Зарубин вышел к Даше. Она всё так же сидела, опустив голову. Она ждала, что её арестуют. Она уже готова была дать им свои руки для наручников.

– Прошу прощения, мадемуазель, – сказал смущённо Зарубин. – Мы проанализировали ситуацию, посоветовались с адвокатом и поняли, что все обвинения в вашу сторону – чистая клевета. После проведённого у вас обыска мы поняли, что вы не можете быть причастны к грабежам.
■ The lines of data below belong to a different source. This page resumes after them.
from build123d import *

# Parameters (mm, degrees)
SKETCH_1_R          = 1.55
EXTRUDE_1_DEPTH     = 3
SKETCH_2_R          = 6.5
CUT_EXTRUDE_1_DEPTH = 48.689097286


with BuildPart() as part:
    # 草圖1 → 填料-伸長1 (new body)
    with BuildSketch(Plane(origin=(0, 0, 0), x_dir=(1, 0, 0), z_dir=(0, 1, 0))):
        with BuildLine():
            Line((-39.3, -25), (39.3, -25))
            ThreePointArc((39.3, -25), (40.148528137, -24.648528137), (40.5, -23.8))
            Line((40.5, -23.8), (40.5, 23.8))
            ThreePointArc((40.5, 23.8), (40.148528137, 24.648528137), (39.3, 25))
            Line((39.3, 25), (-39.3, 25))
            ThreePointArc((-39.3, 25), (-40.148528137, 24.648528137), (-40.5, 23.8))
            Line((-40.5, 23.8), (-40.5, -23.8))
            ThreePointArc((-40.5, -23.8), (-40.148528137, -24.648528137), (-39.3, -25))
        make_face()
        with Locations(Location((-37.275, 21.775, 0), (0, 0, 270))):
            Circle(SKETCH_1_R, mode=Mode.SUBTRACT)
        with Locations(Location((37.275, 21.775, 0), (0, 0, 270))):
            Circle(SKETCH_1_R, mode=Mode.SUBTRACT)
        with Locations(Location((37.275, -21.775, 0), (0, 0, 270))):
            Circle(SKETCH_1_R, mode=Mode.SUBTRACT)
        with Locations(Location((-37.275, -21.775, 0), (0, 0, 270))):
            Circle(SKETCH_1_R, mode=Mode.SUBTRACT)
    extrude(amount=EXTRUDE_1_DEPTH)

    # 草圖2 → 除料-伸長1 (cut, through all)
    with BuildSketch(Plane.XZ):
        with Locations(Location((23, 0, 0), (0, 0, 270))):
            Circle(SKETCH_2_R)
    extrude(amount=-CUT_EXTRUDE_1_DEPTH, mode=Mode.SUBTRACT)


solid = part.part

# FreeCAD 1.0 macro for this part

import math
import FreeCAD as App
import Part
import Sketcher
from FreeCAD import Vector
Q = App.Units.Quantity

doc = App.newDocument("Part")
body = doc.addObject("PartDesign::Body", "Body")

sketch1 = doc.addObject("Sketcher::SketchObject", "Sketch")
body.addObject(sketch1)
sketch1.AttachmentSupport = (doc.XZ_Plane, [""])
sketch1.MapMode = "FlatFace"
sketch1.addGeometry(Part.LineSegment(Vector(-39.3, 25, 0), Vector(39.3, 25, 0)), False)
sketch1.addGeometry(Part.ArcOfCircle(Part.Circle(Vector(39.3, 23.8, 0), Vector(0, 0, 1), 1.2), math.radians(0), math.radians(90)), False)
sketch1.addGeometry(Part.LineSegment(Vector(40.5, 23.8, 0), Vector(40.5, -23.8, 0)), False)
sketch1.addGeometry(Part.ArcOfCircle(Part.Circle(Vector(39.3, -23.8, 0), Vector(0, 0, 1), 1.2), math.radians(-90), math.radians(0)), False)
sketch1.addGeometry(Part.LineSegment(Vector(39.3, -25, 0), Vector(-39.3, -25, 0)), False)
sketch1.addGeometry(Part.ArcOfCircle(Part.Circle(Vector(-39.3, -23.8, 0), Vector(0, 0, 1), 1.2), math.radians(-180), math.radians(-90)), False)
sketch1.addGeometry(Part.LineSegment(Vector(-40.5, -23.8, 0), Vector(-40.5, 23.8, 0)), False)
sketch1.addGeometry(Part.ArcOfCircle(Part.Circle(Vector(-39.3, 23.8, 0), Vector(0, 0, 1), 1.2), math.radians(90), math.radians(180)), False)
sketch1.addGeometry(Part.Circle(Vector(-37.275, 21.775, 0), Vector(0, 0, 1), 1.55), False)
sketch1.addGeometry(Part.Circle(Vector(37.275, 21.775, 0), Vector(0, 0, 1), 1.55), False)
sketch1.addGeometry(Part.Circle(Vector(-37.275, -21.775, 0), Vector(0, 0, 1), 1.55), False)
sketch1.addGeometry(Part.Circle(Vector(37.275, -21.775, 0), Vector(0, 0, 1), 1.55), False)
sketch1.addConstraint(Sketcher.Constraint("Tangent", 0, 2, 1, 2))
sketch1.addConstraint(Sketcher.Constraint("Tangent", 1, 1, 2, 1))
sketch1.addConstraint(Sketcher.Constraint("Tangent", 2, 2, 3, 2))
sketch1.addConstraint(Sketcher.Constraint("Tangent", 3, 1, 4, 1))
sketch1.addConstraint(Sketcher.Constraint("Tangent", 4, 2, 5, 2))
sketch1.addConstraint(Sketcher.Constraint("Tangent", 5, 1, 6, 1))
sketch1.addConstraint(Sketcher.Constraint("Tangent", 6, 2, 7, 2))
sketch1.addConstraint(Sketcher.Constraint("Tangent", 7, 1, 0, 1))
sketch1.addConstraint(Sketcher.Constraint("Horizontal", 0))
sketch1.addConstraint(Sketcher.Constraint("Vertical", 2))
sketch1.addConstraint(Sketcher.Constraint("Horizontal", 4))
sketch1.addConstraint(Sketcher.Constraint("Vertical", 6))
sketch1.addConstraint(Sketcher.Constraint("Equal", 1, 3))
sketch1.addConstraint(Sketcher.Constraint("Equal", 3, 5))
sketch1.addConstraint(Sketcher.Constraint("Equal", 5, 7))
sketch1.addConstraint(Sketcher.Constraint("Equal", 8, 9))
sketch1.addConstraint(Sketcher.Constraint("Equal", 9, 10))
sketch1.addConstraint(Sketcher.Constraint("Equal", 10, 11))
sketch1.addConstraint(Sketcher.Constraint("Symmetric", 1, 3, 5, 3, -1, 1))
sketch1.addConstraint(Sketcher.Constraint("Symmetric", 9, 3, 10, 3, -1, 1))
sketch1.addConstraint(Sketcher.Constraint("Symmetric", 8, 3, 11, 3, -1, 1))
sketch1.addConstraint(Sketcher.Constraint("Symmetric", 8, 3, 9, 3, -2))
sketch1.addConstraint(Sketcher.Constraint("Diameter", 8, Q("3.1 mm")))
sketch1.addConstraint(Sketcher.Constraint("Radius", 1, Q("1.2 mm")))
sketch1.addConstraint(Sketcher.Constraint("DistanceX", 0, 1, 0, 2, Q("78.6 mm")))
sketch1.addConstraint(Sketcher.Constraint("DistanceY", 2, 2, 2, 1, Q("47.6 mm")))
sketch1.addConstraint(Sketcher.Constraint("DistanceX", 8, 3, 9, 3, Q("74.55 mm")))
sketch1.addConstraint(Sketcher.Constraint("DistanceY", 10, 3, 8, 3, Q("43.55 mm")))
pad1 = doc.addObject("PartDesign::Pad", "Pad")
body.addObject(pad1)
pad1.Profile = sketch1
pad1.Length = 3
pad1.Reversed = True

sketch2 = doc.addObject("Sketcher::SketchObject", "Sketch001")
body.addObject(sketch2)
sketch2.AttachmentSupport = (doc.XZ_Plane, [""])
sketch2.MapMode = "FlatFace"
sketch2.addGeometry(Part.Circle(Vector(23, 0, 0), Vector(0, 0, 1), 6.5), False)
sketch2.addConstraint(Sketcher.Constraint("PointOnObject", 0, 3, -1))
sketch2.addConstraint(Sketcher.Constraint("Diameter", 0, Q("13 mm")))
sketch2.addConstraint(Sketcher.Constraint("DistanceX", -1, 1, 0, 3, Q("23 mm")))
pocket1 = doc.addObject("PartDesign::Pocket", "Pocket")
body.addObject(pocket1)
pocket1.Profile = sketch2
pocket1.Type = "ThroughAll"

doc.recompute()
Во всяком случае, у нас нет оснований так считать. И прошу простить нас за эти недоразумения – вы же понимаете, мы не по своей воле задерживаем вас, это заявители клевещут на вас и мы обязаны проверить все их утверждения. А кроме голословных заявлений у них ничего против вас нет. Ещё раз приносим вам свои извинения, – повторил полицмейстер.

Даша подняла голову и непонимающе смотрела на него. Только что он говорил, что ей трудно будет доказать свою невиновность, а сейчас он просит прощения. Отчего так?

– Вы свободны, – сказал полицмейстер.

Даша не верила своим ушам.

– Вы меня отпускаете?! – изумлению её не было предела.

– Да, – равнодушно ответил полицейский чиновник и добавил: – попрошу очистить помещение, у нас ещё много других дел, не отвлекайте нас от главного, чем мы занимаемся: борьбой с преступностью в городе.

На нетвёрдых ногах Даша вышла из здания полиции. Она пришла домой, не раздеваясь, легла на кровать и лежала так всю ночь. Сон не шёл, ей не пришлось сомкнуть глаз. Вспоминала счастливое детство, родителей, свои девичьи мечты. То плакала от жалости к себе и от несправедливости бытия, то молилась, то шептала слова, обращённые к матери.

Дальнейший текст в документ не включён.